╭──

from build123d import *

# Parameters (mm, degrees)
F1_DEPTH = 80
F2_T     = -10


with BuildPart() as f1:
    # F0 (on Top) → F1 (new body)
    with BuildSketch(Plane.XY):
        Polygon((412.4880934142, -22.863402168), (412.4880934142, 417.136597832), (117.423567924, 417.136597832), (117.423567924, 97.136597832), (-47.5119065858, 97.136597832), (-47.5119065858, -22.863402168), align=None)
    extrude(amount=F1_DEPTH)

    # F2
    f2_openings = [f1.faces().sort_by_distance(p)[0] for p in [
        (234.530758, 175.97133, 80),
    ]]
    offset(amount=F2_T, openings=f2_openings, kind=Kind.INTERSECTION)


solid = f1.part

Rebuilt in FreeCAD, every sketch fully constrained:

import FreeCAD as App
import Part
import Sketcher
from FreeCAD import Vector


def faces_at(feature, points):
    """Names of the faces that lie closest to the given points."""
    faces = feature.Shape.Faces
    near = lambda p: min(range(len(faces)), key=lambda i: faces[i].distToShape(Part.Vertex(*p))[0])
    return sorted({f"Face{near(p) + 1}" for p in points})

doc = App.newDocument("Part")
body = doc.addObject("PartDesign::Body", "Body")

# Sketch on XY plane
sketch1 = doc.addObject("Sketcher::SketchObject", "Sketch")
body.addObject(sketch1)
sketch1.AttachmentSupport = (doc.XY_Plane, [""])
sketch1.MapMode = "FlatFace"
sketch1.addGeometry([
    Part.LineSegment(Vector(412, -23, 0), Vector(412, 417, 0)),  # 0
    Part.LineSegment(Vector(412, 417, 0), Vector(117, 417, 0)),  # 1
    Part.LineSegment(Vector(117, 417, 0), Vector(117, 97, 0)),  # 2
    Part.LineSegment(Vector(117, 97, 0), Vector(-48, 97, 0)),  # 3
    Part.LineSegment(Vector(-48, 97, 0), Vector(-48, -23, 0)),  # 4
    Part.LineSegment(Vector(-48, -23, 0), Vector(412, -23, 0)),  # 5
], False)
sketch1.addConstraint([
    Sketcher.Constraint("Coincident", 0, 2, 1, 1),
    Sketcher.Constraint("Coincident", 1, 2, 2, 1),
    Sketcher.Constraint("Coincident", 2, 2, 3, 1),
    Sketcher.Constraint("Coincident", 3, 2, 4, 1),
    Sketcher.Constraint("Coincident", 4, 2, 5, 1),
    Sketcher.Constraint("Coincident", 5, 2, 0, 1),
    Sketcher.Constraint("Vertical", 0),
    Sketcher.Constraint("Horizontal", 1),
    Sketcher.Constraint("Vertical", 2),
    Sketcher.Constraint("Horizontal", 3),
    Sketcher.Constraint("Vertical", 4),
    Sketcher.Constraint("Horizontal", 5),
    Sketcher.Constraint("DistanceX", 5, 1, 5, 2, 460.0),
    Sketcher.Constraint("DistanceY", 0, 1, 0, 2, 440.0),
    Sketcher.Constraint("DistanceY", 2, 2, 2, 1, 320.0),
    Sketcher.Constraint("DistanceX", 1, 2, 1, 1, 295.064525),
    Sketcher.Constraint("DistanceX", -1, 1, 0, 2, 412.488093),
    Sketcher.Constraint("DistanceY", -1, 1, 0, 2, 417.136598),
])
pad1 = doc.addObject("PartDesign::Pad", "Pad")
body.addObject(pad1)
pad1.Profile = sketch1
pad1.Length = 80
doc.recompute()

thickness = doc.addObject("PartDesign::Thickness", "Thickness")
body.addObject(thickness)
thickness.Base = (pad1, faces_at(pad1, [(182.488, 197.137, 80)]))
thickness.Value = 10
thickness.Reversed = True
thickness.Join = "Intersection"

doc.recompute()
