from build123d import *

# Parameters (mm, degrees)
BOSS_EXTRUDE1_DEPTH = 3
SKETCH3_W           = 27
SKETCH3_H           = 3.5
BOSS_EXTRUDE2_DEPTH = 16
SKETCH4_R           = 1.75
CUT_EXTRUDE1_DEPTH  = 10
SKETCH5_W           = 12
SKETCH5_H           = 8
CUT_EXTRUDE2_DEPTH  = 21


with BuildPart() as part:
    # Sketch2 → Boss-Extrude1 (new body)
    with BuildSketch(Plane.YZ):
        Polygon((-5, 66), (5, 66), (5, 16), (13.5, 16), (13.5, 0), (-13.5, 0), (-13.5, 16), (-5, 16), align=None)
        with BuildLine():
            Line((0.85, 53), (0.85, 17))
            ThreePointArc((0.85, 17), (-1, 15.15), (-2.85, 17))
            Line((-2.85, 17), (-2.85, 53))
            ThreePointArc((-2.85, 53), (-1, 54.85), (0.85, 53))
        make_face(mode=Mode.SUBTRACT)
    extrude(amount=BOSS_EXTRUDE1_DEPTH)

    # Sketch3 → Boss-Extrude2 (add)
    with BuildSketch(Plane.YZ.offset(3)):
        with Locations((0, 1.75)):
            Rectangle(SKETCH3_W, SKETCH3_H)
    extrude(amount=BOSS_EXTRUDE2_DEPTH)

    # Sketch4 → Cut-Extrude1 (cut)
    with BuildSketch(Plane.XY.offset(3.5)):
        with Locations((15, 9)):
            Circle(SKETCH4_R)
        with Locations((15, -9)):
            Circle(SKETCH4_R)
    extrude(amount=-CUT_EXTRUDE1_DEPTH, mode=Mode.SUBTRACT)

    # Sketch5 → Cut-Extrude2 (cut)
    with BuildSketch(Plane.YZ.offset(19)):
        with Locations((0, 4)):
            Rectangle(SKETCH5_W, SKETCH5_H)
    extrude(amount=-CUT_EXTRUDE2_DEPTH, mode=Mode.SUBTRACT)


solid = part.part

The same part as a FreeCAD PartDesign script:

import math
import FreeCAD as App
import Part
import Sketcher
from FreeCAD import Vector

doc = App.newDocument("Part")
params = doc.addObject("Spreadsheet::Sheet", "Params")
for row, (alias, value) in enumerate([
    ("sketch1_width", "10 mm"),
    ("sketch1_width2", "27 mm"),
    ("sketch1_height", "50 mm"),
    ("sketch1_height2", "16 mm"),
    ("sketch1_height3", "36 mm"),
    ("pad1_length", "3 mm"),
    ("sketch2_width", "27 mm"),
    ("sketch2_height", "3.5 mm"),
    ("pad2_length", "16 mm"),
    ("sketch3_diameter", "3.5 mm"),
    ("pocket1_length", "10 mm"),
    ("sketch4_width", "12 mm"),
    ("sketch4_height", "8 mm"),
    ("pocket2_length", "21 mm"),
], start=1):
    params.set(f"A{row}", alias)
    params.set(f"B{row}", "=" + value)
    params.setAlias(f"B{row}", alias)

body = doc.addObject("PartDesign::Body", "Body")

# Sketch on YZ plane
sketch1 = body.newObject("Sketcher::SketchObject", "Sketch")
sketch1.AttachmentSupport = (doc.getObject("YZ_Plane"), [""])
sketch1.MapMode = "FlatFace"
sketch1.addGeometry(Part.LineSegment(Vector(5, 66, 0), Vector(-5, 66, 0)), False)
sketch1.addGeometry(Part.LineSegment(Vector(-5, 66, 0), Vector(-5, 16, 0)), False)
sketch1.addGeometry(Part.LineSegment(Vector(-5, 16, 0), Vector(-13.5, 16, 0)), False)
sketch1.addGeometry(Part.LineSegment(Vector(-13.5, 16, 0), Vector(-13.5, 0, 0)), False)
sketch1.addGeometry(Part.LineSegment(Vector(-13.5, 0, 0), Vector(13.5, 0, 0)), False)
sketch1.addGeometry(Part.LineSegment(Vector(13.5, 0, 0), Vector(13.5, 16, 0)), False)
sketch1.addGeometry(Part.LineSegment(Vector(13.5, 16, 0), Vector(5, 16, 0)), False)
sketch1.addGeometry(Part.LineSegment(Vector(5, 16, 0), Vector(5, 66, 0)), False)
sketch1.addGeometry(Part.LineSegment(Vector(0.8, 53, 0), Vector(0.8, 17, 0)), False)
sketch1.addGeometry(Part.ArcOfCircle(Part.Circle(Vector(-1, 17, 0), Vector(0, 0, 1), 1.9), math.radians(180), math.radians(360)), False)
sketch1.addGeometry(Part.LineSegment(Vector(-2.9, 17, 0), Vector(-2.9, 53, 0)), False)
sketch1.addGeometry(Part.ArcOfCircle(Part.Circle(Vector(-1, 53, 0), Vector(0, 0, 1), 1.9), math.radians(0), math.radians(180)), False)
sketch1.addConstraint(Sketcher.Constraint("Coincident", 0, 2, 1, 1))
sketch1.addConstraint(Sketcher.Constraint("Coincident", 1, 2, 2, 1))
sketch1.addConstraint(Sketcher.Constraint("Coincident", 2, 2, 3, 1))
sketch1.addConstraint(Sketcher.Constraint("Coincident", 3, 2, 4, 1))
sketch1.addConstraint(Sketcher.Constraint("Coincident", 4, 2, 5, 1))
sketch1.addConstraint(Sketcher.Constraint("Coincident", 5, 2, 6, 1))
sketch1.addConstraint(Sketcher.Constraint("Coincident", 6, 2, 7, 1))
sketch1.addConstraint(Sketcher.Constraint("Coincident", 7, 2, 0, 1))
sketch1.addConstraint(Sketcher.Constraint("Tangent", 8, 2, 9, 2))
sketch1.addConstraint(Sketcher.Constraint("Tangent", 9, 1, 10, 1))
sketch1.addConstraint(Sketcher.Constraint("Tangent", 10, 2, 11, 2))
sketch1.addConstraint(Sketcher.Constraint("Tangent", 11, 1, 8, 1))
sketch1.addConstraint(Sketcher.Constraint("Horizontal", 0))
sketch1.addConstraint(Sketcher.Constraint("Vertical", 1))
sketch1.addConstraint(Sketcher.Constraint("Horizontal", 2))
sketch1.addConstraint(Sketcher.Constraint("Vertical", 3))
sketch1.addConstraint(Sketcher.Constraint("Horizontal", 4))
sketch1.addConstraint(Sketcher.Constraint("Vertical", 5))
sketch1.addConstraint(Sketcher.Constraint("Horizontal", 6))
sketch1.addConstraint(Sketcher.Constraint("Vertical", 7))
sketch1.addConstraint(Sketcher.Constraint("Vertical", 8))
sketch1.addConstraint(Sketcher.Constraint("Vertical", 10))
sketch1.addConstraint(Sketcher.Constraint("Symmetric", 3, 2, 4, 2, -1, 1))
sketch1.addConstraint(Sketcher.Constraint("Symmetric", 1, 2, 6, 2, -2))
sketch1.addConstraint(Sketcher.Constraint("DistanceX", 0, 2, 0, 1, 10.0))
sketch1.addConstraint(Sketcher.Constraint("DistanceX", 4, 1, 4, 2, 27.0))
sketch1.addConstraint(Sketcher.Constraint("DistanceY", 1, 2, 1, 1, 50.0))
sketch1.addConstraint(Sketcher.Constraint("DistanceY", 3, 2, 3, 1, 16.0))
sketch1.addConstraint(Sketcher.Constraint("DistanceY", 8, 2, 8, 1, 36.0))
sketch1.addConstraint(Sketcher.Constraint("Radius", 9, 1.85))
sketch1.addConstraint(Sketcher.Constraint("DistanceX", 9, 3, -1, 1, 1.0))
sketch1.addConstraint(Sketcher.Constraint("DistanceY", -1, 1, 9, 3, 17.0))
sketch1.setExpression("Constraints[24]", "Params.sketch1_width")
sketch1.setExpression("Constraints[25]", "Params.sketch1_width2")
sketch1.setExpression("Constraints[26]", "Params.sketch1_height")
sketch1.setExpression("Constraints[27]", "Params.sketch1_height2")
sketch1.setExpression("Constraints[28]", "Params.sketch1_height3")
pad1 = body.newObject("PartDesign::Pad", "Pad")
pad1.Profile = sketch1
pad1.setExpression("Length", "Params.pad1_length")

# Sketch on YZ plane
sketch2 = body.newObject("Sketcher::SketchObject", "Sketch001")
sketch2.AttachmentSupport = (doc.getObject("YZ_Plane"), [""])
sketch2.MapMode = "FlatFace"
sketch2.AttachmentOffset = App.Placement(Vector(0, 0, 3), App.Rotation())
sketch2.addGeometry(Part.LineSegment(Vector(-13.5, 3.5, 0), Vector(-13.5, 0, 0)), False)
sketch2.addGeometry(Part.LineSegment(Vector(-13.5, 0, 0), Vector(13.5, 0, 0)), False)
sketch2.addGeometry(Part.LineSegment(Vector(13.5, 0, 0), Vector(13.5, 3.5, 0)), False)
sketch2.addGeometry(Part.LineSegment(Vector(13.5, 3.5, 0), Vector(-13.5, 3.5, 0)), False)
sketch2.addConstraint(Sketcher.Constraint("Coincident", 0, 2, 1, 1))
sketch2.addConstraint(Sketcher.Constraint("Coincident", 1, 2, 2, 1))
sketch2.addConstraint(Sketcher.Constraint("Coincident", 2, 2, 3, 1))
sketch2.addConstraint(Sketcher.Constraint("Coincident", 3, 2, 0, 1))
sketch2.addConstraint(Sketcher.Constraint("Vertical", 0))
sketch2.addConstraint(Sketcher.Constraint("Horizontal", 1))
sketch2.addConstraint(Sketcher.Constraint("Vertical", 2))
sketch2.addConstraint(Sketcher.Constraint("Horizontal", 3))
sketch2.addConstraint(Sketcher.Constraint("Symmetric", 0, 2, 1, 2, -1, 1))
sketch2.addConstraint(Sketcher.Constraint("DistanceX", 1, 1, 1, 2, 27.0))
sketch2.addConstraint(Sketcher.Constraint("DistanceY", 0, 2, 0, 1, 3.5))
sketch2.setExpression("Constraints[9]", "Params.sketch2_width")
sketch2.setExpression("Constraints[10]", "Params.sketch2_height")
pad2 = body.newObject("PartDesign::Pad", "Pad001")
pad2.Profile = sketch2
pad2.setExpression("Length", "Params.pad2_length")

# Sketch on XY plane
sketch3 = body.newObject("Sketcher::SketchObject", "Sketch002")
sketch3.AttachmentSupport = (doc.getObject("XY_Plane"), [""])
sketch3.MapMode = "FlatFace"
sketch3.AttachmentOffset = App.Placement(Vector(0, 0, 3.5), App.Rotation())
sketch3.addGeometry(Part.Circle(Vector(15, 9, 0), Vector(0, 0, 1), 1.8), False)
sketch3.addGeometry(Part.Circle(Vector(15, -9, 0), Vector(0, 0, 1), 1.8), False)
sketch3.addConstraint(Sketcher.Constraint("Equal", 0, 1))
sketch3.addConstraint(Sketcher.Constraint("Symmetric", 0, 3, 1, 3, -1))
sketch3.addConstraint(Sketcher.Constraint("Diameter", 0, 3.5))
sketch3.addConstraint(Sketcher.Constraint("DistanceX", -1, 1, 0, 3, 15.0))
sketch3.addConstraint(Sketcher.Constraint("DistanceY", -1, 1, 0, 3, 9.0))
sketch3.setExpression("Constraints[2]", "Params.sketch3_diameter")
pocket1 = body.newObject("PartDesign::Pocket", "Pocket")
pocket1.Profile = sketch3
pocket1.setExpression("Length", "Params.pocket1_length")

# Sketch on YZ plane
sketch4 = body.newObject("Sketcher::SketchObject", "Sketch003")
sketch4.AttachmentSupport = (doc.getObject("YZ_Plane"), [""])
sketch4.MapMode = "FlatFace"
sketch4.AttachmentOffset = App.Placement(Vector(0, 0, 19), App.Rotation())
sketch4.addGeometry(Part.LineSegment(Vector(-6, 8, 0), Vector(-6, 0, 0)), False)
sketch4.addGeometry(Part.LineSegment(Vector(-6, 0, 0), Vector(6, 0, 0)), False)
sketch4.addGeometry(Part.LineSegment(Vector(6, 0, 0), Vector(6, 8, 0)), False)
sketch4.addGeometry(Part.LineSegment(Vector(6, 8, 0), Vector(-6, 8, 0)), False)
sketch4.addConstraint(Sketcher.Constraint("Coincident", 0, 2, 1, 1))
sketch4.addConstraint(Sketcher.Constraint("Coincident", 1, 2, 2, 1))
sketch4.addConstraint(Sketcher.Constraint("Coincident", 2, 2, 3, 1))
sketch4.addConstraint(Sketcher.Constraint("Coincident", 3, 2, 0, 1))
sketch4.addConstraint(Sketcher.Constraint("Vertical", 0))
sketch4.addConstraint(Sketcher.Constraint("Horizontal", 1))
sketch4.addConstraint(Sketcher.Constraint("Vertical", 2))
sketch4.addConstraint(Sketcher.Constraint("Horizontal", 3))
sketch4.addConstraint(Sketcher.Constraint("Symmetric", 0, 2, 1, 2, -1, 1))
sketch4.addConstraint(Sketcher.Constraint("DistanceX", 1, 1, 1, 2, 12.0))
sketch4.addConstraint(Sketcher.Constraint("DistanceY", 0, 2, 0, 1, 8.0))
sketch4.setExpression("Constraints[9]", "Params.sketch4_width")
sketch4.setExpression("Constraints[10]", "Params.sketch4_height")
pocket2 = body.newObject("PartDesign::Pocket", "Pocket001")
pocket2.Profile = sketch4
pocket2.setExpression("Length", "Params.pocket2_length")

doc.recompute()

╰──

§ **WHAT IS EXPECTED**
Repeat exactly the lines of the listing from its first line through the line that holds "Rebuilt in FreeCAD, every". Nothing else should appear.

§ **WORKED SOLUTION**
from build123d import *

# Parameters (mm, degrees)
F1_DEPTH = 80
F2_T     = -10


with BuildPart() as f1:
    # F0 (on Top) → F1 (new body)
    with BuildSketch(Plane.XY):
        Polygon((412.4880934142, -22.863402168), (412.4880934142, 417.136597832), (117.423567924, 417.136597832), (117.423567924, 97.136597832), (-47.5119065858, 97.136597832), (-47.5119065858, -22.863402168), align=None)
    extrude(amount=F1_DEPTH)

    # F2
    f2_openings = [f1.faces().sort_by_distance(p)[0] for p in [
        (234.530758, 175.97133, 80),
    ]]
    offset(amount=F2_T, openings=f2_openings, kind=Kind.INTERSECTION)


solid = f1.part

Rebuilt in FreeCAD, every sketch fully constrained:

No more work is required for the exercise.